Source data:
%%

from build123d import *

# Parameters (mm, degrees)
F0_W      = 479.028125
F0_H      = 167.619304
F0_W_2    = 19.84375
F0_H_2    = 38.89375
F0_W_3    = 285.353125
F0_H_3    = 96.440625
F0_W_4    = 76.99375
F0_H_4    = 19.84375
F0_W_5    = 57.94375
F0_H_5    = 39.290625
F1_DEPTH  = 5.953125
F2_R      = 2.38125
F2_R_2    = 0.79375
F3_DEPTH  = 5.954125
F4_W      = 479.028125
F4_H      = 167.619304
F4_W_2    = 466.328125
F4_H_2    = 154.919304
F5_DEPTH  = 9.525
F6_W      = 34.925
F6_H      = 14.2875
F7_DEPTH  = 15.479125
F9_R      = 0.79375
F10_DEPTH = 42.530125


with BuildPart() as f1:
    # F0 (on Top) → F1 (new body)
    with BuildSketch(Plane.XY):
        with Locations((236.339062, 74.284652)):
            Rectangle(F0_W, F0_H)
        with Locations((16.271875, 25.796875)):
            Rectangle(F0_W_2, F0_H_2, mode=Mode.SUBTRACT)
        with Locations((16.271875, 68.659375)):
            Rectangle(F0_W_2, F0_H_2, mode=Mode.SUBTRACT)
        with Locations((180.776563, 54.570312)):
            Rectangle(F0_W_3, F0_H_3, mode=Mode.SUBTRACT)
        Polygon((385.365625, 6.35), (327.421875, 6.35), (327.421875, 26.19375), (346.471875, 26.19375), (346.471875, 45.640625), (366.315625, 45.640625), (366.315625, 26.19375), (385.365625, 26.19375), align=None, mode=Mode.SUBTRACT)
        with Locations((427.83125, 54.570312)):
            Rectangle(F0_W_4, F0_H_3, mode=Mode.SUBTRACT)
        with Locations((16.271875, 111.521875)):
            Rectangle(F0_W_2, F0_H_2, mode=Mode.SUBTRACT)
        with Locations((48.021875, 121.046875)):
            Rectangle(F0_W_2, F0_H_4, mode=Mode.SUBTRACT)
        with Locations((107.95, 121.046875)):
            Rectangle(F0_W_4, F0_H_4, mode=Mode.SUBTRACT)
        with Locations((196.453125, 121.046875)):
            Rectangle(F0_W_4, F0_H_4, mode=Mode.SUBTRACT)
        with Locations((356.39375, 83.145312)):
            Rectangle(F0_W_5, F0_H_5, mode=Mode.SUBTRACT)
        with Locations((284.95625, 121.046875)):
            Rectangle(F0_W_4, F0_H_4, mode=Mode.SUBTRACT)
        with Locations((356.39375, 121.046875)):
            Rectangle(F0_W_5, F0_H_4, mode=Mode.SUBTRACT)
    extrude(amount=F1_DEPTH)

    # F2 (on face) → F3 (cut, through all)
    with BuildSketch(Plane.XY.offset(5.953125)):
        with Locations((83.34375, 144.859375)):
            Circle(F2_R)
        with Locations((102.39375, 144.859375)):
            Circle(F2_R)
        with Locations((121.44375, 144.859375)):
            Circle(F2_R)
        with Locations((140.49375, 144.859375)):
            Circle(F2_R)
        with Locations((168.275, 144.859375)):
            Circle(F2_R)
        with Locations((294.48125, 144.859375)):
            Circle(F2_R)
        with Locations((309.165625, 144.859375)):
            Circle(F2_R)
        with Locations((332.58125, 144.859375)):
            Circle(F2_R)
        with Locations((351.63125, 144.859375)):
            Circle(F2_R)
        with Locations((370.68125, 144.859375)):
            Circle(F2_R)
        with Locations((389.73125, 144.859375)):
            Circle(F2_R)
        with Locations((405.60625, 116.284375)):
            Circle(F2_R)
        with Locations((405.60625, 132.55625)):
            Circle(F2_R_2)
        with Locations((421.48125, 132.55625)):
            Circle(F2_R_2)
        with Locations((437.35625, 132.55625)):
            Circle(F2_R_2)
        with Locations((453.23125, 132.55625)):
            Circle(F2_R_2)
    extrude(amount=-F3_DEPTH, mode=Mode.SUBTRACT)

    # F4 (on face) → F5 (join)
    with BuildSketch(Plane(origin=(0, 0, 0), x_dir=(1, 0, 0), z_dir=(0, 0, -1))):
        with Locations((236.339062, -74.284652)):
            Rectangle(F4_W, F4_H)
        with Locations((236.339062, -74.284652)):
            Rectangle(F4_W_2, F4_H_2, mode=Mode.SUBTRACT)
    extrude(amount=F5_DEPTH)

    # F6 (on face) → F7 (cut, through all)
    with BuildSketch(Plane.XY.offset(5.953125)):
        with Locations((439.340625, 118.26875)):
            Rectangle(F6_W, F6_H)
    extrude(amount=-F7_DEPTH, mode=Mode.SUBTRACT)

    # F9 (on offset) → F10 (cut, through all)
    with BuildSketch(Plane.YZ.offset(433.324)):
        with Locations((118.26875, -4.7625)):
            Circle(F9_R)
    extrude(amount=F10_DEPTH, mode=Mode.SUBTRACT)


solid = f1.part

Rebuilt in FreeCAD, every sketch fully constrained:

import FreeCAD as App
import Part
import Sketcher
Q = App.Units.Quantity


def add_polygon(sketch, points):
    """Adds a closed chain of lines whose ends are joined by coincident constraints."""
    first, n = sketch.GeometryCount, len(points)
    for a, b in zip(points, points[1:] + points[:1]):
        sketch.addGeometry(Part.LineSegment(App.Vector(*a, 0), App.Vector(*b, 0)), False)
    for i in range(n):
        sketch.addConstraint(Sketcher.Constraint("Coincident", first + i, 2, first + (i + 1) % n, 1))

doc = App.newDocument("Part")
body = doc.addObject("PartDesign::Body", "Body")

# Sketch on XY plane
sketch1 = body.newObject("Sketcher::SketchObject", "Sketch")
sketch1.AttachmentSupport = (doc.getObject("XY_Plane"), [""])
sketch1.MapMode = "FlatFace"
add_polygon(sketch1, [(-3, 158), (-3, -10), (476, -10), (476, 158)])  # lines 0-3
add_polygon(sketch1, [(26, 6), (6, 6), (6, 45), (26, 45)])  # lines 4-7
add_polygon(sketch1, [(323, 6), (38, 6), (38, 103), (323, 103)])  # lines 8-11
add_polygon(sketch1, [(385, 26), (385, 6), (327, 6), (327, 26), (346, 26), (346, 46), (366, 46), (366, 26)])  # lines 12-19
add_polygon(sketch1, [(466, 6), (389, 6), (389, 103), (466, 103)])  # lines 20-23
add_polygon(sketch1, [(26, 49), (6, 49), (6, 88), (26, 88)])  # lines 24-27
add_polygon(sketch1, [(26, 92), (6, 92), (6, 131), (26, 131)])  # lines 28-31
add_polygon(sketch1, [(58, 111), (38, 111), (38, 131), (58, 131)])  # lines 32-35
add_polygon(sketch1, [(146, 111), (69, 111), (69, 131), (146, 131)])  # lines 36-39
add_polygon(sketch1, [(235, 111), (158, 111), (158, 131), (235, 131)])  # lines 40-43
add_polygon(sketch1, [(385, 63), (327, 63), (327, 103), (385, 103)])  # lines 44-47
add_polygon(sketch1, [(323, 111), (246, 111), (246, 131), (323, 131)])  # lines 48-51
add_polygon(sketch1, [(385, 111), (327, 111), (327, 131), (385, 131)])  # lines 52-55
sketch1.addConstraint([
    Sketcher.Constraint("Vertical", 0),
    Sketcher.Constraint("Horizontal", 1),
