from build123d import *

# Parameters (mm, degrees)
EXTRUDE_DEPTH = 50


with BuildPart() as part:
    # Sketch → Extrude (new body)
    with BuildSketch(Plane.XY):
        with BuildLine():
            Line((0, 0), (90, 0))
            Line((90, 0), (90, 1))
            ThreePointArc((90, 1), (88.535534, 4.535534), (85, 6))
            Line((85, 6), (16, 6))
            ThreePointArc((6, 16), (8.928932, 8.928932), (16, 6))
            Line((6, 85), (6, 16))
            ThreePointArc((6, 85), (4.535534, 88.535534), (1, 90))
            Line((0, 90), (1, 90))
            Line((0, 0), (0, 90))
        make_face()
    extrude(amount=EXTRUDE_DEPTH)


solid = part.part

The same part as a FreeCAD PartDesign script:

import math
import FreeCAD as App
import Part
import Sketcher

doc = App.newDocument("Part")
body = doc.addObject("PartDesign::Body", "Body")

sketch1 = doc.addObject("Sketcher::SketchObject", "Sketch")
body.addObject(sketch1)
sketch1.AttachmentSupport = (doc.XY_Plane, [""])
sketch1.MapMode = "FlatFace"
sketch1.addGeometry([
    Part.LineSegment(App.Vector(0, 0, 0), App.Vector(90, 0, 0)),
    Part.LineSegment(App.Vector(90, 0, 0), App.Vector(90, 1, 0)),
    Part.ArcOfCircle(Part.Circle(App.Vector(85, 1, 0), App.Vector(0, 0, 1), 5), math.radians(0), math.radians(90)),
    Part.LineSegment(App.Vector(85, 6, 0), App.Vector(16, 6, 0)),
    Part.ArcOfCircle(Part.Circle(App.Vector(16, 16, 0), App.Vector(0, 0, 1), 10), math.radians(180), math.radians(270)),
    Part.LineSegment(App.Vector(6, 16, 0), App.Vector(6, 85, 0)),
    Part.ArcOfCircle(Part.Circle(App.Vector(1, 85, 0), App.Vector(0, 0, 1), 5), math.radians(0), math.radians(90)),
    Part.LineSegment(App.Vector(1, 90, 0), App.Vector(0, 90, 0)),
    Part.LineSegment(App.Vector(0, 90, 0), App.Vector(0, 0, 0)),
], False)
sketch1.addConstraint([
    Sketcher.Constraint("Coincident", 0, 2, 1, 1),
    Sketcher.Constraint("Tangent", 1, 2, 2, 1),
    Sketcher.Constraint("Tangent", 2, 2, 3, 1),
    Sketcher.Constraint("Tangent", 3, 2, 4, 2),
    Sketcher.Constraint("Tangent", 4, 1, 5, 1),
    Sketcher.Constraint("Tangent", 5, 2, 6, 1),
    Sketcher.Constraint("Tangent", 6, 2, 7, 1),
    Sketcher.Constraint("Coincident", 7, 2, 8, 1),
    Sketcher.Constraint("Coincident", 8, 2, 0, 1),
    Sketcher.Constraint("Horizontal", 0),
    Sketcher.Constraint("Vertical", 1),
    Sketcher.Constraint("Horizontal", 3),
    Sketcher.Constraint("Vertical", 5),
    Sketcher.Constraint("Horizontal", 7),
    Sketcher.Constraint("Vertical", 8),
    Sketcher.Constraint("Coincident", 8, 2, -1, 1),
    Sketcher.Constraint("Equal", 2, 6),
    Sketcher.Constraint("Equal", 7, 1),
    Sketcher.Constraint("Equal", 3, 5),
    Sketcher.Constraint("Radius", 2, 5.0),
    Sketcher.Constraint("Radius", 4, 9.999999),
    Sketcher.Constraint("DistanceX", 0, 1, 0, 2, 90.0),
    Sketcher.Constraint("DistanceX", 3, 2, 3, 1, 69.0),
])
pad1 = doc.addObject("PartDesign::Pad", "Pad")
body.addObject(pad1)
pad1.Profile = sketch1
pad1.Length = 50

doc.recompute()
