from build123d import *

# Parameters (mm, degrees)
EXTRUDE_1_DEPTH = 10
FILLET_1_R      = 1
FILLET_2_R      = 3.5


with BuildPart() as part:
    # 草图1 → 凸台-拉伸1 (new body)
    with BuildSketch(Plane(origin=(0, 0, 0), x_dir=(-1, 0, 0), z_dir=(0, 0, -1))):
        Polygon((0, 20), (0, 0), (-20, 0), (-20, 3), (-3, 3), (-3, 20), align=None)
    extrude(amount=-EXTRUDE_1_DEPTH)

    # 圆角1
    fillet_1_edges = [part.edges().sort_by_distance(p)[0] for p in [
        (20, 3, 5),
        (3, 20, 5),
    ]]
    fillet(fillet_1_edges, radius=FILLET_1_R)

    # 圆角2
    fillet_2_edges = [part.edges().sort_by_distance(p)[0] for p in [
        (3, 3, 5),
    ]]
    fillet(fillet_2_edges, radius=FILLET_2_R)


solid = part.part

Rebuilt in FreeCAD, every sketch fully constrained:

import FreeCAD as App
import Part
import Sketcher

V = App.Vector


def edges_at(feature, points):
    """Names of the edges that pass closest to the given points."""
    edges = feature.Shape.Edges
    near = lambda p: min(range(len(edges)), key=lambda i: edges[i].distToShape(Part.Vertex(*p))[0])
    return sorted({f"Edge{near(p) + 1}" for p in points})

doc = App.newDocument("Part")
body = doc.addObject("PartDesign::Body", "Body")

sketch1 = doc.addObject("Sketcher::SketchObject", "Sketch")
body.addObject(sketch1)
sketch1.AttachmentSupport = (doc.XY_Plane, [""])
sketch1.MapMode = "FlatFace"
sketch1.addGeometry(Part.LineSegment(V(0, 0, 0), V(0, 20, 0)), False)
sketch1.addGeometry(Part.LineSegment(V(0, 20, 0), V(3, 20, 0)), False)
sketch1.addGeometry(Part.LineSegment(V(3, 20, 0), V(3, 3, 0)), False)
sketch1.addGeometry(Part.LineSegment(V(3, 3, 0), V(20, 3, 0)), False)
sketch1.addGeometry(Part.LineSegment(V(20, 3, 0), V(20, 0, 0)), False)
sketch1.addGeometry(Part.LineSegment(V(20, 0, 0), V(0, 0, 0)), False)
sketch1.addConstraint(Sketcher.Constraint("Coincident", 0, 2, 1, 1))
sketch1.addConstraint(Sketcher.Constraint("Coincident", 1, 2, 2, 1))
sketch1.addConstraint(Sketcher.Constraint("Coincident", 2, 2, 3, 1))
sketch1.addConstraint(Sketcher.Constraint("Coincident", 3, 2, 4, 1))
sketch1.addConstraint(Sketcher.Constraint("Coincident", 4, 2, 5, 1))
sketch1.addConstraint(Sketcher.Constraint("Coincident", 5, 2, 0, 1))
sketch1.addConstraint(Sketcher.Constraint("Vertical", 0))
sketch1.addConstraint(Sketcher.Constraint("Horizontal", 1))
sketch1.addConstraint(Sketcher.Constraint("Vertical", 2))
sketch1.addConstraint(Sketcher.Constraint("Horizontal", 3))
sketch1.addConstraint(Sketcher.Constraint("Vertical", 4))
sketch1.addConstraint(Sketcher.Constraint("Horizontal", 5))
sketch1.addConstraint(Sketcher.Constraint("Coincident", 5, 2, -1, 1))
sketch1.addConstraint(Sketcher.Constraint("Equal", 5, 0))
sketch1.addConstraint(Sketcher.Constraint("Equal", 3, 2))
sketch1.addConstraint(Sketcher.Constraint("DistanceX", 1, 1, 1, 2, 3.0))
sketch1.addConstraint(Sketcher.Constraint("DistanceX", 3, 1, 3, 2, 17.0))
pad1 = doc.addObject("PartDesign::Pad", "Pad")
body.addObject(pad1)
pad1.Profile = sketch1
pad1.Length = 10
doc.recompute()

fillet = doc.addObject("PartDesign::Fillet", "Fillet")
body.addObject(fillet)
fillet.Base = (pad1, edges_at(pad1, [(20, 3, 5), (3, 20, 5)]))
fillet.Radius = 1
doc.recompute()

fillet2 = doc.addObject("PartDesign::Fillet", "Fillet001")
body.addObject(fillet2)
fillet2.Base = (fillet, edges_at(fillet, [(3, 3, 5)]))
fillet2.Radius = 3.5

doc.recompute()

%%

* [Work instruction]: Read through the data and copy every line where "align" shows up.

* [Response to the exercise]:
        Polygon((385.365625, 6.35), (327.421875, 6.35), (327.421875, 26.19375), (346.471875, 26.19375), (346.471875, 45.640625), (366.315625, 45.640625), (366.315625, 26.19375), (385.365625, 26.19375), align=None, mode=Mode.SUBTRACT)
        Polygon((0, 20), (0, 0), (-20, 0), (-20, 3), (-3, 3), (-3, 20), align=None)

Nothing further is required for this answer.